What you should do> How many lines in the records below contain the string "Locations"? Answer with the number alone.

Data extract>
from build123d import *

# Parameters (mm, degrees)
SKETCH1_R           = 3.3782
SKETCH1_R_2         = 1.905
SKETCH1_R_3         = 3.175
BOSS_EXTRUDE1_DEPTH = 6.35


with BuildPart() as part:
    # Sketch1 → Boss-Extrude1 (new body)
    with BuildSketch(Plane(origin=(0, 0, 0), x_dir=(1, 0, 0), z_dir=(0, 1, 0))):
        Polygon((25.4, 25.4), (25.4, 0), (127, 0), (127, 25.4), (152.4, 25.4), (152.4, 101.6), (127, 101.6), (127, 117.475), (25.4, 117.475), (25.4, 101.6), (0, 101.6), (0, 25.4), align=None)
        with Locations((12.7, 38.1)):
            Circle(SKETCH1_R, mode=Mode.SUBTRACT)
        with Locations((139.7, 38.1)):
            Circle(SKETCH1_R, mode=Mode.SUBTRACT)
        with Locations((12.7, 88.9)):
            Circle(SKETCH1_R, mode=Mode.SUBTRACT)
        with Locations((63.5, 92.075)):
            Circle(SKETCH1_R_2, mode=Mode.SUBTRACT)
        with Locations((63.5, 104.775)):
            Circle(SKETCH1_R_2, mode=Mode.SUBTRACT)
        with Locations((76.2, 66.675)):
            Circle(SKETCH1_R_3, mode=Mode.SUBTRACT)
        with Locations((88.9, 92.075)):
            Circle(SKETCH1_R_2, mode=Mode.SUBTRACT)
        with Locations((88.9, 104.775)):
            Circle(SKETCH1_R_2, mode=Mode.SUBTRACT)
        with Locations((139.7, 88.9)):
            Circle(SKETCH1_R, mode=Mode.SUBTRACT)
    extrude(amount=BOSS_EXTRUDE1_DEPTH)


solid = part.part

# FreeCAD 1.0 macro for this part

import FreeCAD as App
import Part
import Sketcher
from FreeCAD import Vector
Q = App.Units.Quantity

doc = App.newDocument("Part")
params = doc.addObject("Spreadsheet::Sheet", "Params")
for row, (alias, value) in enumerate([
    ("sketch1_diameter", "0.25 in"),
    ("sketch1_diameter2", "0.15 in"),
    ("sketch1_width", "4 in"),
    ("sketch1_width2", "1 in"),
    ("sketch1_height", "3 in"),
    ("pad1_length", "0.25 in"),
], start=1):
    params.set(f"A{row}", alias)
    params.set(f"B{row}", "=" + value)
    params.setAlias(f"B{row}", alias)

body = doc.addObject("PartDesign::Body", "Body")

sketch1 = body.newObject("Sketcher::SketchObject", "Sketch")
sketch1.AttachmentSupport = (doc.getObject("XZ_Plane"), [""])
sketch1.MapMode = "FlatFace"
sketch1.addGeometry([
    Part.LineSegment(Vector(25.4, -25.4, 0), Vector(25.4, 0, 0)),
    Part.LineSegment(Vector(25.4, 0, 0), Vector(127, 0, 0)),
    Part.LineSegment(Vector(127, 0, 0), Vector(127, -25.4, 0)),
    Part.LineSegment(Vector(127, -25.4, 0), Vector(152.4, -25.4, 0)),
    Part.LineSegment(Vector(152.4, -25.4, 0), Vector(152.4, -101.6, 0)),
    Part.LineSegment(Vector(152.4, -101.6, 0), Vector(127, -101.6, 0)),
    Part.LineSegment(Vector(127, -101.6, 0), Vector(127, -117.5, 0)),
    Part.LineSegment(Vector(127, -117.5, 0), Vector(25.4, -117.5, 0)),
    Part.LineSegment(Vector(25.4, -117.5, 0), Vector(25.4, -101.6, 0)),
    Part.LineSegment(Vector(25.4, -101.6, 0), Vector(0, -101.6, 0)),
    Part.LineSegment(Vector(0, -101.6, 0), Vector(0, -25.4, 0)),
    Part.LineSegment(Vector(0, -25.4, 0), Vector(25.4, -25.4, 0)),
    Part.Circle(Vector(12.7, -38.1, 0), Vector(0, 0, 1), 3.4),
    Part.Circle(Vector(139.7, -38.1, 0), Vector(0, 0, 1), 3.4),
    Part.Circle(Vector(76.2, -66.7, 0), Vector(0, 0, 1), 3.2),
    Part.Circle(Vector(12.7, -88.9, 0), Vector(0, 0, 1), 3.4),
    Part.Circle(Vector(63.5, -92.1, 0), Vector(0, 0, 1), 1.9),
    Part.Circle(Vector(63.5, -104.8, 0), Vector(0, 0, 1), 1.9),
    Part.Circle(Vector(88.9, -92.1, 0), Vector(0, 0, 1), 1.9),
    Part.Circle(Vector(88.9, -104.8, 0), Vector(0, 0, 1), 1.9),
    Part.Circle(Vector(139.7, -88.9, 0), Vector(0, 0, 1), 3.4),
], False)
sketch1.addConstraint([
    Sketcher.Constraint("Coincident", 0, 2, 1, 1),
    Sketcher.Constraint("Coincident", 1, 2, 2, 1),
    Sketcher.Constraint("Coincident", 2, 2, 3, 1),
    Sketcher.Constraint("Coincident", 3, 2, 4, 1),
    Sketcher.Constraint("Coincident", 4, 2, 5, 1),
    Sketcher.Constraint("Coincident", 5, 2, 6, 1),
    Sketcher.Constraint("Coincident", 6, 2, 7, 1),
    Sketcher.Constraint("Coincident", 7, 2, 8, 1),
    Sketcher.Constraint("Coincident", 8, 2, 9, 1),
    Sketcher.Constraint("Coincident", 9, 2, 10, 1),
    Sketcher.Constraint("Coincident", 10, 2, 11, 1),
    Sketcher.Constraint("Coincident", 11, 2, 0, 1),
    Sketcher.Constraint("Vertical", 0),
    Sketcher.Constraint("Horizontal", 1),
    Sketcher.Constraint("Vertical", 2),
    Sketcher.Constraint("Horizontal", 3),
    Sketcher.Constraint("Vertical", 4),
    Sketcher.Constraint("Horizontal", 5),
    Sketcher.Constraint("Vertical", 6),
    Sketcher.Constraint("Horizontal", 7),
    Sketcher.Constraint("Vertical", 8),
    Sketcher.Constraint("Horizontal", 9),
    Sketcher.Constraint("Vertical", 10),
    Sketcher.Constraint("Horizontal", 11),
    Sketcher.Constraint("Equal", 12, 13),
    Sketcher.Constraint("Equal", 13, 15),
    Sketcher.Constraint("Equal", 16, 17),
    Sketcher.Constraint("Equal", 17, 18),
    Sketcher.Constraint("Equal", 18, 19),
    Sketcher.Constraint("Equal", 15, 20),
    Sketcher.Constraint("PointOnObject", 0, 2, -1),
    Sketcher.Constraint("PointOnObject", 9, 2, -2),
    Sketcher.Constraint("Horizontal", 12, 3, 13, 3),
    Sketcher.Constraint("Horizontal", 16, 3, 18, 3),
    Sketcher.Constraint("Horizontal", 17, 3, 19, 3),
    Sketcher.Constraint("Horizontal", 15, 3, 20, 3),
    Sketcher.Constraint("Horizontal", 5, 2, 8, 2),
    Sketcher.Constraint("Horizontal", 3, 2, 10, 2),
    Sketcher.Constraint("Vertical", 12, 3, 15, 3),
    Sketcher.Constraint("Vertical", 16, 3, 17, 3),
    Sketcher.Constraint("Vertical", 18, 3, 19, 3),
    Sketcher.Constraint("Vertical", 13, 3, 20, 3),
    Sketcher.Constraint("Vertical", 2, 2, 5, 2),
    Sketcher.Constraint("Vertical", 0, 2, 7, 2),
    Sketcher.Constraint("Equal", 5, 9),
    Sketcher.Constraint("Equal", 11, 0),
    Sketcher.Constraint("Diameter", 14, Q("0.25 in")),
    Sketcher.Constraint("Diameter", 16, Q("0.15 in")),
    Sketcher.Constraint("DistanceX", 1, 1, 1, 2, Q("4 in")),
    Sketcher.Constraint("DistanceX", 3, 1, 3, 2, Q("1 in")),
    Sketcher.Constraint("DistanceY", 4, 2, 4, 1, Q("3 in")),
    Sketcher.Constraint("Diameter", 12, Q("0.266 in")),
    Sketcher.Constraint("DistanceX", -1, 1, 14, 3, Q("3 in")),
    Sketcher.Constraint("DistanceX", 12, 3, 13, 3, Q("5 in")),
    Sketcher.Constraint("DistanceY", 15, 3, 12, 3, Q("2 in")),
    Sketcher.Constraint("DistanceY", 16, 3, 14, 3, Q("1 in")),
    Sketcher.Constraint("DistanceX", 15, 3, 16, 3, Q("2 in")),
    Sketcher.Constraint("DistanceX", 16, 3, 18, 3, Q("1 in")),
    Sketcher.Constraint("DistanceY", 6, 2, 18, 3, Q("1 in")),
    Sketcher.Constraint("DistanceX", -1, 1, 12, 3, Q("0.5 in")),
    Sketcher.Constraint("DistanceY", 12, 3, -1, 1, Q("1.5 in")),
    Sketcher.Constraint("DistanceY", 17, 3, 16, 3, Q("0.5 in")),
    Sketcher.Constraint("DistanceY", 6, 2, 6, 1, Q("0.625 in")),
])
sketch1.setExpression("Constraints[46]", "Params.sketch1_diameter")
sketch1.setExpression("Constraints[47]", "Params.sketch1_diameter2")
sketch1.setExpression("Constraints[48]", "Params.sketch1_width")
sketch1.setExpression("Constraints[49]", "Params.sketch1_width2")
sketch1.setExpression("Constraints[50]", "Params.sketch1_height")
pad1 = body.newObject("PartDesign::Pad", "Pad")
pad1.Profile = sketch1
pad1.setExpression("Length", "Params.pad1_length")
pad1.Reversed = True

doc.recompute()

Task output> 9